-
Notifications
You must be signed in to change notification settings - Fork 15k
Closed
Labels
Description
On gfx90a and with rocm 5.4.0 device lib. Clang a63b724
Using https://github.com/ye-luo/miniqmc testing commit 6f526b6062682ec892fb02d2919484c8b4db0875
mkdir build_llvm_offload_cuda2hip_real; cd build_llvm_offload_cuda2hip_real
cmake -DCMAKE_CXX_COMPILER=clang++ -DENABLE_OFFLOAD=ON -DOFFLOAD_TARGET=amdgcn-amdhsa -DOFFLOAD_ARCH=gfx90a ..
make -j32 test_omptarget_blas
./src/Platforms/tests/OMPTarget/test_omptarget_blas
failure is sporadic. the result should be integer stored in floats but it is not.
-------------------------------------------------------------------------------
OmpBLAS gemv
-------------------------------------------------------------------------------
/ccs/home/yeluo/test/miniqmc/src/Platforms/tests/OMPTarget/test_omp_BLAS.cpp:179
...............................................................................

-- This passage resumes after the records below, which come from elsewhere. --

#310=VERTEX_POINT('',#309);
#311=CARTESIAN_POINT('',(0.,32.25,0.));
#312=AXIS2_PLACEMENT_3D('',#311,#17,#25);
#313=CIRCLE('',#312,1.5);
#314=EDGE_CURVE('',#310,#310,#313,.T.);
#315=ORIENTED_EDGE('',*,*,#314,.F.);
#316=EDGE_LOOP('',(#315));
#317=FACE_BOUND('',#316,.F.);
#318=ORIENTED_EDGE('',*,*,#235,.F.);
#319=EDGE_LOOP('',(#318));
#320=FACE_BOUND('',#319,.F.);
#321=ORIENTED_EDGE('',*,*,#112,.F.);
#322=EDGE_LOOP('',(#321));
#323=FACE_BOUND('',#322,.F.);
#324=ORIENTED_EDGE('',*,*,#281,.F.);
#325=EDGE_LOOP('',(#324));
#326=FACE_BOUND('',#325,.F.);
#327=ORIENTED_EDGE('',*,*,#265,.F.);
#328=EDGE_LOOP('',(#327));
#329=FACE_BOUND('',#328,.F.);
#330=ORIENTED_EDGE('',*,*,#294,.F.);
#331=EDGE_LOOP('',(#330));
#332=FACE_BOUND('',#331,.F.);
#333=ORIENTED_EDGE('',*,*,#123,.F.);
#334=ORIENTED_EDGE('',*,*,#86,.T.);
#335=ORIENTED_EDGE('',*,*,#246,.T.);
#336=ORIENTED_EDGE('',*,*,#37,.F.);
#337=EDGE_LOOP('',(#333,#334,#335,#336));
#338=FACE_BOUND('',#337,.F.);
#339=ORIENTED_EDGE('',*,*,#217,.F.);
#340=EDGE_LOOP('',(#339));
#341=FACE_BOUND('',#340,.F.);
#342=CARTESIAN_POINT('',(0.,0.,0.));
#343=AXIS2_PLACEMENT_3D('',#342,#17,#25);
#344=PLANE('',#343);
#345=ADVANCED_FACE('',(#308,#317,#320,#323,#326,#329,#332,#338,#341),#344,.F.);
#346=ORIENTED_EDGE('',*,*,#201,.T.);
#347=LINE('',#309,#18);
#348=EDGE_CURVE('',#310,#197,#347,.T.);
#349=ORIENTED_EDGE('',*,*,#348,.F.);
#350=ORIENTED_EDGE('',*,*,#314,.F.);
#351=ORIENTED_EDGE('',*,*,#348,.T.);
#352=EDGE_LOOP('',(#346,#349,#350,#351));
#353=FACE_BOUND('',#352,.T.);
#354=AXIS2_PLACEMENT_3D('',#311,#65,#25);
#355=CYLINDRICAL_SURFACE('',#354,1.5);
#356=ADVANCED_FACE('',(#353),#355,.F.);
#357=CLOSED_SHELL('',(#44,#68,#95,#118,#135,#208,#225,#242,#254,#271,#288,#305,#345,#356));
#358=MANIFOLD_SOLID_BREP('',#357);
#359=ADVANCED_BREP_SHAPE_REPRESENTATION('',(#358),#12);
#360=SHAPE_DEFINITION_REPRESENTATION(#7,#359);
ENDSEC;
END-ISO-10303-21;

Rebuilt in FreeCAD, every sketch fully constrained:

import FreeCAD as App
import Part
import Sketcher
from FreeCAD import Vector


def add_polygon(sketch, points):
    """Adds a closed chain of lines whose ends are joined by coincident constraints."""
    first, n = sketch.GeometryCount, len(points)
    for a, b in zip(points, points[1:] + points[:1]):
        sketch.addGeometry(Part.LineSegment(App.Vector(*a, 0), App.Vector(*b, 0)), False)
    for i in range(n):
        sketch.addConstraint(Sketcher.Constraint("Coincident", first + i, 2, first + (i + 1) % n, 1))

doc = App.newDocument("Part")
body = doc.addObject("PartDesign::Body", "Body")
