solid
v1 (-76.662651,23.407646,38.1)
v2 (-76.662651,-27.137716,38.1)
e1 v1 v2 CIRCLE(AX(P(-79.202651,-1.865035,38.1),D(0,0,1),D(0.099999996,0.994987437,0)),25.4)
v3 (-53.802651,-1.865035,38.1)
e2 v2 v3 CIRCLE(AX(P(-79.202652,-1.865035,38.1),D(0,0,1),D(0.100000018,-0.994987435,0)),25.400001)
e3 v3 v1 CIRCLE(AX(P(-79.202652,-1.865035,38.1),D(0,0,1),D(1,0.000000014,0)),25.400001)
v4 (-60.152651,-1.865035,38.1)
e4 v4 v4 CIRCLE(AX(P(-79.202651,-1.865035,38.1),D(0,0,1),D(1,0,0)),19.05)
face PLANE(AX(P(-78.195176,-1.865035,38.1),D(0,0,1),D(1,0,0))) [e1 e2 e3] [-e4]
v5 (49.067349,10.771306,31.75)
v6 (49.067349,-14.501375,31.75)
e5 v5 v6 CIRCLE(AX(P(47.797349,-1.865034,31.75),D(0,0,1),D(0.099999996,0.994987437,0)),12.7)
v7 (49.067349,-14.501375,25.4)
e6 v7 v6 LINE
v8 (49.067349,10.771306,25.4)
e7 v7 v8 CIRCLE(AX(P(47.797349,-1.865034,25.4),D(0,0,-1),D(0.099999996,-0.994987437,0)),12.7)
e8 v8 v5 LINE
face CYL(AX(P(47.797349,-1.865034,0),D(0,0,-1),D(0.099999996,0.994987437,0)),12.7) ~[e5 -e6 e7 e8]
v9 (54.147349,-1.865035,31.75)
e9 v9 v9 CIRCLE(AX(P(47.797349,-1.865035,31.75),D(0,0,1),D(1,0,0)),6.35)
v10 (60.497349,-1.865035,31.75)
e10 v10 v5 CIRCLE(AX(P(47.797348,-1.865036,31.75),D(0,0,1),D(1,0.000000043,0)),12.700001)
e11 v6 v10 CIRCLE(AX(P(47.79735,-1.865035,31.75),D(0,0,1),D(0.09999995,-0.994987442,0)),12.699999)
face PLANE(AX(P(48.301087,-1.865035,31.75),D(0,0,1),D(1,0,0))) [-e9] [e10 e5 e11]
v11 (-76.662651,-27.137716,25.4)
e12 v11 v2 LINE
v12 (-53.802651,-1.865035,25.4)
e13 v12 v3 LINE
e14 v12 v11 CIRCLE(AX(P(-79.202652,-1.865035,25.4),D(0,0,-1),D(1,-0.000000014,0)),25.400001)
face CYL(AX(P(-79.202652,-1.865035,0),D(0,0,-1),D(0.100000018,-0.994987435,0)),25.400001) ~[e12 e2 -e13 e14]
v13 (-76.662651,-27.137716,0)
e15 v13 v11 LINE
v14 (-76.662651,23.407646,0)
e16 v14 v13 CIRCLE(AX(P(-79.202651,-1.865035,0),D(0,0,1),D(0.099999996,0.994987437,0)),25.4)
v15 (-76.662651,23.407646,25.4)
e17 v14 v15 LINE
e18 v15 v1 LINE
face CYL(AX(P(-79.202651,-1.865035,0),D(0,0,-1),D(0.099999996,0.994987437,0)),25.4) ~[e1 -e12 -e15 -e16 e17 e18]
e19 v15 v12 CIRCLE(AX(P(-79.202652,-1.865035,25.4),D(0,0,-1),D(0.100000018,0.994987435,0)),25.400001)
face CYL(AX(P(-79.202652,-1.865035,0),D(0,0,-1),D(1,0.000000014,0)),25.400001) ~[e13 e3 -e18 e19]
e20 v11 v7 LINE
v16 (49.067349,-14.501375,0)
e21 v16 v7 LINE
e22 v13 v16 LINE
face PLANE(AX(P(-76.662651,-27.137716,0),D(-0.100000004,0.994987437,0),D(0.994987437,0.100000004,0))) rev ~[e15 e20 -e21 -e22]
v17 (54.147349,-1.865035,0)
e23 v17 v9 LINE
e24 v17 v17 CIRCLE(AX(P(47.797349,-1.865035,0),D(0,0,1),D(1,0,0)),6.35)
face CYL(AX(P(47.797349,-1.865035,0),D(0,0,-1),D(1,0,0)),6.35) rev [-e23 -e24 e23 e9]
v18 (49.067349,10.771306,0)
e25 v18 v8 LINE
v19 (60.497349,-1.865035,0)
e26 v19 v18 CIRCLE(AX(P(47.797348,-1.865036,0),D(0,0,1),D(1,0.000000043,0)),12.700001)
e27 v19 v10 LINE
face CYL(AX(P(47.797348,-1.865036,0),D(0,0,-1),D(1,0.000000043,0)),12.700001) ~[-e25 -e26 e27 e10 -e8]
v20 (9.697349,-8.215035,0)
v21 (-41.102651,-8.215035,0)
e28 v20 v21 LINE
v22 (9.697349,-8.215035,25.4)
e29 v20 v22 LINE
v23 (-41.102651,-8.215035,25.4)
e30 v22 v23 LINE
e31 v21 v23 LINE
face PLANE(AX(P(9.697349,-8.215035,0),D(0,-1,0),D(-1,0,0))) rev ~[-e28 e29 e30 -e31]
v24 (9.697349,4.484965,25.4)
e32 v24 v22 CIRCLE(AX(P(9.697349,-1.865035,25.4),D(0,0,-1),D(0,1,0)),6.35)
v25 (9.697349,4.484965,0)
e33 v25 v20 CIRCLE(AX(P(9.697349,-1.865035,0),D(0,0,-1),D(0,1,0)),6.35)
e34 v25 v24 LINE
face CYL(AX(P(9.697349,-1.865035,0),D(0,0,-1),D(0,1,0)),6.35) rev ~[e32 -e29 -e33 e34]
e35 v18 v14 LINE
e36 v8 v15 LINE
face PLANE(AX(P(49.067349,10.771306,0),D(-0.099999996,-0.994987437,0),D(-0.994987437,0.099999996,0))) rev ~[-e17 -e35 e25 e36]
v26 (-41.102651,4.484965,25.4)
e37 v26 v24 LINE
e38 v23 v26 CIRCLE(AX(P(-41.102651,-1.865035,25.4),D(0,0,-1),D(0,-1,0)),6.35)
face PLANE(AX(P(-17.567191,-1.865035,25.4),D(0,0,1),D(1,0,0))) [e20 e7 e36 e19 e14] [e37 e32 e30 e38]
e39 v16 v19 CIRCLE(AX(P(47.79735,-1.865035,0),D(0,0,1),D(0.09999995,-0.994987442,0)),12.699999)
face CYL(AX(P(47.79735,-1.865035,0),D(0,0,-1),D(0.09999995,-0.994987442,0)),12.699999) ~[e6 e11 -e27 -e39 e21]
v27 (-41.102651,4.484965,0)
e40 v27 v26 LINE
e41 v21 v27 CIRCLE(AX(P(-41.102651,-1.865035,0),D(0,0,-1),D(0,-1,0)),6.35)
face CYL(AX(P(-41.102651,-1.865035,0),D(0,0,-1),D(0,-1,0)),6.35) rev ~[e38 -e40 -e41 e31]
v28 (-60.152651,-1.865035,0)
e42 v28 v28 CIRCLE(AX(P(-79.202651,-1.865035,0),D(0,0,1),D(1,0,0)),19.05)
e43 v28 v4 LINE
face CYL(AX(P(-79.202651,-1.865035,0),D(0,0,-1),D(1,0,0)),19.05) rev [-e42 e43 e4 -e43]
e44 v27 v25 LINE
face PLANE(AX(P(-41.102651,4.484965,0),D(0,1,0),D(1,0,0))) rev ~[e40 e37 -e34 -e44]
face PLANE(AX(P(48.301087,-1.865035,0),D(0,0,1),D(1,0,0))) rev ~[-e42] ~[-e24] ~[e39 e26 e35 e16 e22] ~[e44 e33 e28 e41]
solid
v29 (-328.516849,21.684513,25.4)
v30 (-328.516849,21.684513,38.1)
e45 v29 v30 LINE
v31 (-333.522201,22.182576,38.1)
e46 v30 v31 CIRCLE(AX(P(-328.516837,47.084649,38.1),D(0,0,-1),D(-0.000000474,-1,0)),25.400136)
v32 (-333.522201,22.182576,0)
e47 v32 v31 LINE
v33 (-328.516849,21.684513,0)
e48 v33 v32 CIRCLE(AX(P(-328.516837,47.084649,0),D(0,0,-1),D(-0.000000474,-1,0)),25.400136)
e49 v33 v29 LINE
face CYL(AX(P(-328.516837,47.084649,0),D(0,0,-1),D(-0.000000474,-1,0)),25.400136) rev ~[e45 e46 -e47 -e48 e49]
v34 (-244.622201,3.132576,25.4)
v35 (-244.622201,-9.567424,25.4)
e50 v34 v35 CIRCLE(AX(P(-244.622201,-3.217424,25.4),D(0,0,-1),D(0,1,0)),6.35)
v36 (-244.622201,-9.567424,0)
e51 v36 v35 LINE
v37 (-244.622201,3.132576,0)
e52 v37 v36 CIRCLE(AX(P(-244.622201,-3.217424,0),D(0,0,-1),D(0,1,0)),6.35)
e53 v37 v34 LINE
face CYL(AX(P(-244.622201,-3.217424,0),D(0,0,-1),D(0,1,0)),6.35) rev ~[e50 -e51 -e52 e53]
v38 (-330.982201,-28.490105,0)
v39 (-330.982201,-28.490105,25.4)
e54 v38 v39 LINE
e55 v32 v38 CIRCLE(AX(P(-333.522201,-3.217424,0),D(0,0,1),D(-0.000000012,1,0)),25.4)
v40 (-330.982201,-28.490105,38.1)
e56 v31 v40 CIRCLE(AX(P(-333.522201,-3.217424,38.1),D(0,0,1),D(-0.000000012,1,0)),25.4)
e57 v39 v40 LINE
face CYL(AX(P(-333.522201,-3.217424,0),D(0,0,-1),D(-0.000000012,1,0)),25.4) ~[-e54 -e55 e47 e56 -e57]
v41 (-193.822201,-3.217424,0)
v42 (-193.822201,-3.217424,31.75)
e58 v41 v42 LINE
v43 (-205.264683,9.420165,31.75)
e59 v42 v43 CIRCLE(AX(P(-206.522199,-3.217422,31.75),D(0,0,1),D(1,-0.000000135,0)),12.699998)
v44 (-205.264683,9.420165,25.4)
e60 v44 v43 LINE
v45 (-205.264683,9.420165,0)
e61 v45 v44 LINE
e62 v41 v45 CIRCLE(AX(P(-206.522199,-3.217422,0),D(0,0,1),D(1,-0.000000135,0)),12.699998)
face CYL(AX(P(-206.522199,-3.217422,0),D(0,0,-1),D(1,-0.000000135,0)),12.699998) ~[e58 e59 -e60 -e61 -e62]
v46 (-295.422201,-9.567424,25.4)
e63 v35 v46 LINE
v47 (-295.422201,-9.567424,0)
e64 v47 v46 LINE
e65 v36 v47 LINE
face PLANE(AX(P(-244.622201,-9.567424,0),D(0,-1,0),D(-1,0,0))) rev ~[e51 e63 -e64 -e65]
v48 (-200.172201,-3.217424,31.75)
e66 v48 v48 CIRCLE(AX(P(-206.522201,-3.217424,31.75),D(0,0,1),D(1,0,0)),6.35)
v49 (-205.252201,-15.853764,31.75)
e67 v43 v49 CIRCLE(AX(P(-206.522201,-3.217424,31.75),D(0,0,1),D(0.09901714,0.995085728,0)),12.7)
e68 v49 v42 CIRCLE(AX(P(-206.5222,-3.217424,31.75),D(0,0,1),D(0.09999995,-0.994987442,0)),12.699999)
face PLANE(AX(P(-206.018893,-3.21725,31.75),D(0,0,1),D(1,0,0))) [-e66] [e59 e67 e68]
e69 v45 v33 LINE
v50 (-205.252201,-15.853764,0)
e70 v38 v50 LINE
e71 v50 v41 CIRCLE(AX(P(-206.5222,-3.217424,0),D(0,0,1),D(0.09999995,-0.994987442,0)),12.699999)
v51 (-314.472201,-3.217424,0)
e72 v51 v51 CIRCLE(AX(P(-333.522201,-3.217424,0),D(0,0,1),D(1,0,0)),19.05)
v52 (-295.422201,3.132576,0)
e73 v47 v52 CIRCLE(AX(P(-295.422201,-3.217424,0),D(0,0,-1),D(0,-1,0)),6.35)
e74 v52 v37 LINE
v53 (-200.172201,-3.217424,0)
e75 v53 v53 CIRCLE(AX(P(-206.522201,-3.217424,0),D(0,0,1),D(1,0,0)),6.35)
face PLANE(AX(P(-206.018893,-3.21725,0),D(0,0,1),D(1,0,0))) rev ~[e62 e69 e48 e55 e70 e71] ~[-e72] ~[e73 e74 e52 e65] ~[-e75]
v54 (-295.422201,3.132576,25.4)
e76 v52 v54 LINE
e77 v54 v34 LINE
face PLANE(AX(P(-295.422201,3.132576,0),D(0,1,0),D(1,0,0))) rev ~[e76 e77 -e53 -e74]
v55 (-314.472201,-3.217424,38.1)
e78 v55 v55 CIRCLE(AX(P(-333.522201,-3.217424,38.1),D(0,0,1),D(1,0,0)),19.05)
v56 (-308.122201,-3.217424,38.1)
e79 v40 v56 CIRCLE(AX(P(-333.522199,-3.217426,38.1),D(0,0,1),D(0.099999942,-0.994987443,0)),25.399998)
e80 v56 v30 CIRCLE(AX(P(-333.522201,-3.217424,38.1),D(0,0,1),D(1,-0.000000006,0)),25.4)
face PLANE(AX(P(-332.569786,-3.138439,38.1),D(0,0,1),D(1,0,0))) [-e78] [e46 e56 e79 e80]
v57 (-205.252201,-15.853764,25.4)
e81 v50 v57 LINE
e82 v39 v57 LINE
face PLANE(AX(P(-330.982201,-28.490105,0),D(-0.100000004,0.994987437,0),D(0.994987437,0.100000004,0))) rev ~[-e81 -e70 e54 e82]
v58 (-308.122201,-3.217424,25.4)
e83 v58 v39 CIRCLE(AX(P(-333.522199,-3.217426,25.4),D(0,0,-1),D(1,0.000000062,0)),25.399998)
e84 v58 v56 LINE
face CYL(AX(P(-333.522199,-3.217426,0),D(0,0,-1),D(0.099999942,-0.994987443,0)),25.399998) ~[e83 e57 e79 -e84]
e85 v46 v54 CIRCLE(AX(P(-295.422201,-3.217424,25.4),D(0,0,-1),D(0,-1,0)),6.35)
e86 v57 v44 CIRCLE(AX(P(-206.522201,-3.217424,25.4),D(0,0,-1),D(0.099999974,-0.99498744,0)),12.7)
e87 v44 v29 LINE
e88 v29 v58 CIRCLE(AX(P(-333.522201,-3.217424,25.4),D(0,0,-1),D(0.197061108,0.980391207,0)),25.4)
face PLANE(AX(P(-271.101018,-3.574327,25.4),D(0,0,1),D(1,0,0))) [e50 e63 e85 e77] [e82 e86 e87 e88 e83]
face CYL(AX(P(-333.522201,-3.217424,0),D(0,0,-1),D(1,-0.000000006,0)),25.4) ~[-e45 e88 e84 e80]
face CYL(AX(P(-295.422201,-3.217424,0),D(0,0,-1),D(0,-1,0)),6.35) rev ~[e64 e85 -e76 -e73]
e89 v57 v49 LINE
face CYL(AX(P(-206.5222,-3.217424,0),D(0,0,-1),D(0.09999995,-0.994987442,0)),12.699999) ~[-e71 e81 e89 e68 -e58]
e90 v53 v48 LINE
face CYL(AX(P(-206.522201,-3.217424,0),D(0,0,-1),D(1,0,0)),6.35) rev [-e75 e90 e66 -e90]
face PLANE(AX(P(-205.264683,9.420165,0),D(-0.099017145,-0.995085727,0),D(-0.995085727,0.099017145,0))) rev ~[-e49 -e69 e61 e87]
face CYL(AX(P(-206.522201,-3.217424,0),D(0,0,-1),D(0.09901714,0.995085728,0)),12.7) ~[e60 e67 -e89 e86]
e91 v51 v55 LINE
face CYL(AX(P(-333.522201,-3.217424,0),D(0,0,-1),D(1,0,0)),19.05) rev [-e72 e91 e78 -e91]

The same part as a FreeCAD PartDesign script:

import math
import FreeCAD as App
import Part
import Sketcher

V = App.Vector
Q = App.Units.Quantity

doc = App.newDocument("Part")
params = doc.addObject("Spreadsheet::Sheet", "Params")
for row, (alias, value) in enumerate([
    ("sketch1_radius", "1 in"),
    ("sketch1_diameter", "1.5 in"),
    ("pad1_length", "1.5 in"),
    ("sketch2_radius", "1 in"),
    ("sketch2_radius2", "0.5 in"),
    ("sketch2_width", "2 in"),
    ("sketch2_radius3", "0.25 in"),
    ("pad2_length", "1 in"),
    ("sketch3_diameter", "0.5 in"),
    ("sketch3_radius", "0.5 in"),
    ("pad3_length", "1.25 in"),
    ("sketch4_radius", "1 in"),
    ("sketch4_diameter", "1.5 in"),
    ("pad4_length", "1.5 in"),
    ("sketch5_radius", "0.9999999 in"),
    ("sketch5_radius2", "0.5 in"),
    ("sketch5_width", "2 in"),
    ("sketch5_radius3", "0.25 in"),
    ("pad5_length", "1 in"),
    ("sketch6_diameter", "0.5 in"),
    ("sketch6_radius", "0.5 in"),
    ("pad6_length", "1.25 in"),
], start=1):
    params.set(f"A{row}", alias)
    params.set(f"B{row}", "=" + value)
    params.setAlias(f"B{row}", alias)

body = doc.addObject("PartDesign::Body", "Body")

/ccs/home/yeluo/test/miniqmc/src/Platforms/tests/OMPTarget/test_omp_BLAS.cpp:175: FAILED:
CHECK( Cs[batch][index] == Ds[batch][index] )
with expansion:
586417.0317596535 == 586417.0
/ccs/home/yeluo/test/miniqmc/src/Platforms/tests/OMPTarget/test_omp_BLAS.cpp:175: FAILED:
CHECK( Cs[batch][index] == Ds[batch][index] )
with expansion:
728143.0635398587 == 728143.0
===============================================================================
test cases: 1 | 0 passed | 1 failed
assertions: 6576 | 6574 passed | 2 failed
Interestingly, if I edit
diff --git a/src/Platforms/OMPTarget/ompBLAS.cpp b/src/Platforms/OMPTarget/ompBLAS.cpp
index ce895f0..ca9d395 100644
--- a/src/Platforms/OMPTarget/ompBLAS.cpp
+++ b/src/Platforms/OMPTarget/ompBLAS.cpp
@@ -93,7 +93,6 @@ ompBLAS_status gemv(ompBLAS_handle& handle,
return gemv_impl(handle, trans, m, n, alpha, A, lda, x, incx, beta, y, incy);
}
-#if !defined(OPENMP_NO_COMPLEX)
ompBLAS_status gemv(ompBLAS_handle& handle,
const char trans,
const int m,
@@ -125,7 +124,6 @@ ompBLAS_status gemv(ompBLAS_handle& handle,
{
return gemv_impl(handle, trans, m, n, alpha, A, lda, x, incx, beta, y, incy);
}
-#endif
which basically compiles a few more unused offload regions. test_omptarget_blas passes reliably.
Even with the above workaround, if I add -DCMAKE_CXX_FLAGS=-foffload-lto
in CMake, the test returns to failure mode.